Superman, however, never grows. Officially, he is the champion of truth, justice and the American way, however vaguely defined. But in practice, he is the heavy-handed enforcer of the status quo and the Establishment. He started as the poster boy for the New Deal and, later, 1950s conformity. In the 1980s, writer/artist Frank Miller realized this and cast Superman as a puppet of a corrupt government in his graphic novel "Batman: The Dark Knight Returns."

This year, as played by Brandon Routh in "Superman Returns," Superman is an uneasy combination of underwear model and savior. Director and co-writer Bryan Singer sees Superman as a divine figure. He especially goes overboard with a scene in which Lex Luthor's henchmen beat the Kryptonite-poisoned Superman nearly to death in the mud. It's all shamelessly reminiscent of Mel Gibson's "Passion of the Christ."

Singer leaves no doubt that he thinks Superman, the strange visitor from another planet, is way better than us mere humans. While Miller distrusts authority and gives us a Superman degraded by his close proximity to it, Singer gives us a morally superior overlord. Miller has faith in humanity, while Singer puts his faith with the gods on Mount Olympus.

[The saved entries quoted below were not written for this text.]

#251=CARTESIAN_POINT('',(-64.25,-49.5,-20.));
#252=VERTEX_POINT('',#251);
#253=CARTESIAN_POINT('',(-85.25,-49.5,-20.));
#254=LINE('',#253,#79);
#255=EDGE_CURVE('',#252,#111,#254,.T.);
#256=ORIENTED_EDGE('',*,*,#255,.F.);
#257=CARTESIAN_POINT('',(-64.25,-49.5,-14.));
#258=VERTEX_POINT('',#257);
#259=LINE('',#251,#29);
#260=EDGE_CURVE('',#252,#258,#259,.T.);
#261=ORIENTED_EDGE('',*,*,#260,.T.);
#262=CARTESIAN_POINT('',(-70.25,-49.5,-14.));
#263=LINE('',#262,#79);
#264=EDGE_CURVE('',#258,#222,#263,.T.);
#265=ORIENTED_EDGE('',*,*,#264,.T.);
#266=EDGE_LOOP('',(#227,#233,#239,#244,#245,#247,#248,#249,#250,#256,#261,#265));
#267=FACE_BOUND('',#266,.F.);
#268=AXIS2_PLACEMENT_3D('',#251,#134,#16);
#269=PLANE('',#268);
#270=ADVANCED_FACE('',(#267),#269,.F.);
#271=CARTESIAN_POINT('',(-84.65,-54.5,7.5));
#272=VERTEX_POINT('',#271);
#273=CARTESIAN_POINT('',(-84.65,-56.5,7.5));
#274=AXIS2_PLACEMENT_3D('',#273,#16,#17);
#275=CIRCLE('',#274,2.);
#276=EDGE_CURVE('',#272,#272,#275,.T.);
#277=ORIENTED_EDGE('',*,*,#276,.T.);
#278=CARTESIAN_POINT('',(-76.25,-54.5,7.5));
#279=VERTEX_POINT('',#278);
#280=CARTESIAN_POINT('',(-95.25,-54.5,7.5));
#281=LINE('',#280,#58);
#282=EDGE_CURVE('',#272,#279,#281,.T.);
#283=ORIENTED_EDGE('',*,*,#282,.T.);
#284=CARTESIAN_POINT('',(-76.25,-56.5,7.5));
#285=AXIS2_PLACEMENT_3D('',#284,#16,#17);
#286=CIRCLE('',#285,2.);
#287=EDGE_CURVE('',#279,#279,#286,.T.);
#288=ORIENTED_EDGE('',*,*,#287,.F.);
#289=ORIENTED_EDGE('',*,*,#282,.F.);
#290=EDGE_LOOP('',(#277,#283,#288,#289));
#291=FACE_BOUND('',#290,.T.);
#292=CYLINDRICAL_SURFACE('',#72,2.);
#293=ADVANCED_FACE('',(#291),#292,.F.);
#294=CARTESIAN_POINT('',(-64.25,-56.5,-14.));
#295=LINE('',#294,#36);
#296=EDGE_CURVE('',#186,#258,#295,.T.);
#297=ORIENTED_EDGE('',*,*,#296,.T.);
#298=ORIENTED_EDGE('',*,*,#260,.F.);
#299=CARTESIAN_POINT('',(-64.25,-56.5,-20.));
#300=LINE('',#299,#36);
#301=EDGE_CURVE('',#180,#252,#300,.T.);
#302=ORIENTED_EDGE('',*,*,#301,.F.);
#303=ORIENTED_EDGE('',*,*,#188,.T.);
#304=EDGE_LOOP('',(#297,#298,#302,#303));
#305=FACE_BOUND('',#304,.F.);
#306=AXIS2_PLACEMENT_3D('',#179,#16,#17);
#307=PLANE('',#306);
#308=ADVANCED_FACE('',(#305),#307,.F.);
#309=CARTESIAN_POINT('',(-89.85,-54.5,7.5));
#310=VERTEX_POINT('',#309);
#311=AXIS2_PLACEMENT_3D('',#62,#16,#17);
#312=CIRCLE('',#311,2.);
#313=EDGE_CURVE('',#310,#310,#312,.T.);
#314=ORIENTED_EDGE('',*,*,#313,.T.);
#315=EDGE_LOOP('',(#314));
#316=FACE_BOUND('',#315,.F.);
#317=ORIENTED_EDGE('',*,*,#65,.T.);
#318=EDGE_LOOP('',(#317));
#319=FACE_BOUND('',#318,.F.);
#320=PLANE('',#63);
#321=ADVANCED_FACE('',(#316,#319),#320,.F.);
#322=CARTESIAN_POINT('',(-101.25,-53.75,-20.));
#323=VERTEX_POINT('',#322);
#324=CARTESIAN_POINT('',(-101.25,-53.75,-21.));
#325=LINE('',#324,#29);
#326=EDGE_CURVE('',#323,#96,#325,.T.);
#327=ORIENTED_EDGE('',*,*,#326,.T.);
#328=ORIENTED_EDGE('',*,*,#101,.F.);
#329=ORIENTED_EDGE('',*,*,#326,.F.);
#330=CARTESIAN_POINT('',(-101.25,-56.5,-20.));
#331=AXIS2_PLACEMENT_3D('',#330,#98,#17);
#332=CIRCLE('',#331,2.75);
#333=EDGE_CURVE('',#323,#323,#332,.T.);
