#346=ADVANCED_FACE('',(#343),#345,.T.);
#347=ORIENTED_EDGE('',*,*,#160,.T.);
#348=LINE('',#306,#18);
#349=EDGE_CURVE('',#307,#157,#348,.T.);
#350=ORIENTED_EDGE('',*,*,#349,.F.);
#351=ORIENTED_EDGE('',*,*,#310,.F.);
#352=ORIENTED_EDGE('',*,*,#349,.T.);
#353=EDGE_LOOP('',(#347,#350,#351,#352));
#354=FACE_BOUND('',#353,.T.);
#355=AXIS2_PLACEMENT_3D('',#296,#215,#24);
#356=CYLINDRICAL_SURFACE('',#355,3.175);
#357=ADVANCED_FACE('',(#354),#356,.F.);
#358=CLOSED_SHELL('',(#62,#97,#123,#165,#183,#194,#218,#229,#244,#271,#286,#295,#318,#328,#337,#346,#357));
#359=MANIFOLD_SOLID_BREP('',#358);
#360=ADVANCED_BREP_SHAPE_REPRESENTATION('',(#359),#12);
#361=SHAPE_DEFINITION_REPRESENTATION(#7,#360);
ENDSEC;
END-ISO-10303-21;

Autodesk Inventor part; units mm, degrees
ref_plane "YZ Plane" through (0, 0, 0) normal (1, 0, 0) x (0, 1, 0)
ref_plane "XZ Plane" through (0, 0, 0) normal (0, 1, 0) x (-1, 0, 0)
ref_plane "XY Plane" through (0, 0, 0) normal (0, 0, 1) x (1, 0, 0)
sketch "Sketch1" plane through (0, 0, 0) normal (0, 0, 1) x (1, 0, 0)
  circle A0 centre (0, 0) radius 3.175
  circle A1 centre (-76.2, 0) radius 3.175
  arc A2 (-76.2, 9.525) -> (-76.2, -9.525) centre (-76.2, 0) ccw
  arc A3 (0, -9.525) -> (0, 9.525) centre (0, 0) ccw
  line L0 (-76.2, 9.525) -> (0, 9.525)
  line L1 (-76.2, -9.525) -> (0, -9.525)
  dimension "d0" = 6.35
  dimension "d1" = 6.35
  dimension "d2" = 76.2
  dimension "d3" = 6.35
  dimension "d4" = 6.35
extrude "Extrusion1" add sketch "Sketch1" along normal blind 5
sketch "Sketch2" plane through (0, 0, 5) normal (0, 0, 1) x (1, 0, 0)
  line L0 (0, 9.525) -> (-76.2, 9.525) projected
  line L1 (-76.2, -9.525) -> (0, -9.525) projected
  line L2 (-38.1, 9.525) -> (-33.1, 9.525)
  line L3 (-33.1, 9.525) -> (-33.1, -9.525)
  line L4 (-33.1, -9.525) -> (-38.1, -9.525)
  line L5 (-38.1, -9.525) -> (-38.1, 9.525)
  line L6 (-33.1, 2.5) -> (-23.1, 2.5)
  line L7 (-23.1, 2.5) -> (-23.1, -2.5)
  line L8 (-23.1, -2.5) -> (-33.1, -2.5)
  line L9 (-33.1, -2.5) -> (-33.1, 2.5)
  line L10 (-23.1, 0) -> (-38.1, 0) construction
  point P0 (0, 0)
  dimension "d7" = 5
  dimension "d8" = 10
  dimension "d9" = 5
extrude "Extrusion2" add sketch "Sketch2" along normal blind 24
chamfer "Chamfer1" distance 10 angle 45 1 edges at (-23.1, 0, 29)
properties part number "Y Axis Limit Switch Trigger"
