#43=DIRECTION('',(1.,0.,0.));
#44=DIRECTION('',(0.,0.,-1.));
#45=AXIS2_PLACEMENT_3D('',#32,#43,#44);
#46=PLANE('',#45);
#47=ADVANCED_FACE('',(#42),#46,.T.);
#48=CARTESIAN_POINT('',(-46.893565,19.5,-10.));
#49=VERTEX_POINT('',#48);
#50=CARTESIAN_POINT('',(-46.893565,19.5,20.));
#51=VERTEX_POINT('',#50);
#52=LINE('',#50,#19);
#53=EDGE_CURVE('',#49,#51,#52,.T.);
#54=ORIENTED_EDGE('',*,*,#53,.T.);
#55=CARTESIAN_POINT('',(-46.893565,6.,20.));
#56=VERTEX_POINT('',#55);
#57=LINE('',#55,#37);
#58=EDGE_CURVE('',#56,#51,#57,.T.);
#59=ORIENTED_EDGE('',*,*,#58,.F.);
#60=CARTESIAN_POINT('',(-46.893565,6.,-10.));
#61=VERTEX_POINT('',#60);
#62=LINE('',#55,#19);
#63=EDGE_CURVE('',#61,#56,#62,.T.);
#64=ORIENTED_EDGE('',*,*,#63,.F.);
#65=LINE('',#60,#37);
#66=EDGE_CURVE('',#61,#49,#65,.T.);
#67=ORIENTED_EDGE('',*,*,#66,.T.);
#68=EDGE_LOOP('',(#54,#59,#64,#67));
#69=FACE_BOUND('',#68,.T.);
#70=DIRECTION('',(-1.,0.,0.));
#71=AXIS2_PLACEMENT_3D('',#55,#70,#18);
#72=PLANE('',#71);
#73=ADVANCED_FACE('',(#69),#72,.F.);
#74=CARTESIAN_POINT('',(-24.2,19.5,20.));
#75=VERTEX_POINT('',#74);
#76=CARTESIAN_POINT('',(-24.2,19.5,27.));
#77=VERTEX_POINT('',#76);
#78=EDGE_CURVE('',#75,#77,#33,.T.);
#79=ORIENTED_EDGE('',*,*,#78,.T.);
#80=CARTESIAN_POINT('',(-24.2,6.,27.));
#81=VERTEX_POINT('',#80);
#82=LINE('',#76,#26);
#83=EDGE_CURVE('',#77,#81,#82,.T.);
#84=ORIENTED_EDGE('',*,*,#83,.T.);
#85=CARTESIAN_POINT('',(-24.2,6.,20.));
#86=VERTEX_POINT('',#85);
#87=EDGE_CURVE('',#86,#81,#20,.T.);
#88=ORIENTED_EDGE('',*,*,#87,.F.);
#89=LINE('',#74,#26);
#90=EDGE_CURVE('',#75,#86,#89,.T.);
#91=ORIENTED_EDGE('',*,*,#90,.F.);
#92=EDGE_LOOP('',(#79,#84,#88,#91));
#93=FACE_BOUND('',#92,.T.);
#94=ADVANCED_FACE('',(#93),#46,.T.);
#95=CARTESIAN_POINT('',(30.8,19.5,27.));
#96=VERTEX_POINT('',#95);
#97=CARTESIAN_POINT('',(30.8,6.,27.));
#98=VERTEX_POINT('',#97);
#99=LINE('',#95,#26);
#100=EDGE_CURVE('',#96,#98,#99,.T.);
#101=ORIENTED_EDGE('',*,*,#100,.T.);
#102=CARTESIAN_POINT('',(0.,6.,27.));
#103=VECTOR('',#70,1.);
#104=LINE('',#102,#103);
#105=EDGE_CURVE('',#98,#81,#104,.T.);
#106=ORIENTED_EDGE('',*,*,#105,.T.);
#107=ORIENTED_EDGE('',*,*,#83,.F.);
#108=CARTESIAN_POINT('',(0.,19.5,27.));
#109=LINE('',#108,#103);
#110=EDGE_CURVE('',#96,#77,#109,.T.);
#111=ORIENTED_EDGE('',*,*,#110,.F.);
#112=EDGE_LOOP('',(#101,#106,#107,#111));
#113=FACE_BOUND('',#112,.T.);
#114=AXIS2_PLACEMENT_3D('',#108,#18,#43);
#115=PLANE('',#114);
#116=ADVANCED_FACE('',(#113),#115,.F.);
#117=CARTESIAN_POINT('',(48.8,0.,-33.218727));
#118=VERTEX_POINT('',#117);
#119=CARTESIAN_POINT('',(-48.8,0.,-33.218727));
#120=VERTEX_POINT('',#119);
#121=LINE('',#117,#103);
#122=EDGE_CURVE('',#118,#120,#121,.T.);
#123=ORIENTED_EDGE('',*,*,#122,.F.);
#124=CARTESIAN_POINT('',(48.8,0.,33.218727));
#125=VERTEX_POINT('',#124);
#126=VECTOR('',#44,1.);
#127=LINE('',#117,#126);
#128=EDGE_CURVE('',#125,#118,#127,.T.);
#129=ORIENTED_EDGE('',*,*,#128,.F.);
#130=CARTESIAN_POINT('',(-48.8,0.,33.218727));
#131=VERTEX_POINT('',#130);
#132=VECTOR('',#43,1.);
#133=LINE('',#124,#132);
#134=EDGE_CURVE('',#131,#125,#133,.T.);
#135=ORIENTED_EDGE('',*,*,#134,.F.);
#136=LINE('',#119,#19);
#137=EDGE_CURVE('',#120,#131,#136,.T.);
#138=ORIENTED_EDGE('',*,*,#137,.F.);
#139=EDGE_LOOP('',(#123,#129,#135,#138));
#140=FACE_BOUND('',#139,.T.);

After the failures of Iraq and Katrina, Singer's faith in the great leader seems quaint at best and dangerous at worst. Worse still, his Superman is a cipher. You can read into him whatever values you like, but that doesn't mean you'll be right. Superman is like a politician who gives pleasant speeches utterly free of content. He's Barack Obama.

Dressed up as an ennobling figure, the Superman of "Superman Returns" is really a cynical reflection of everything wrong with the world — a pretend savior who can't deliver.

Meanwhile, the James Bond of "Casino Royale" may be a cynical killer, but he is honest about who he is. He is a blunt instrument in a messed-up world — an everyman hero, but cooler. His way of fixing things isn't pretty, but it's better than waiting for Superman to save us.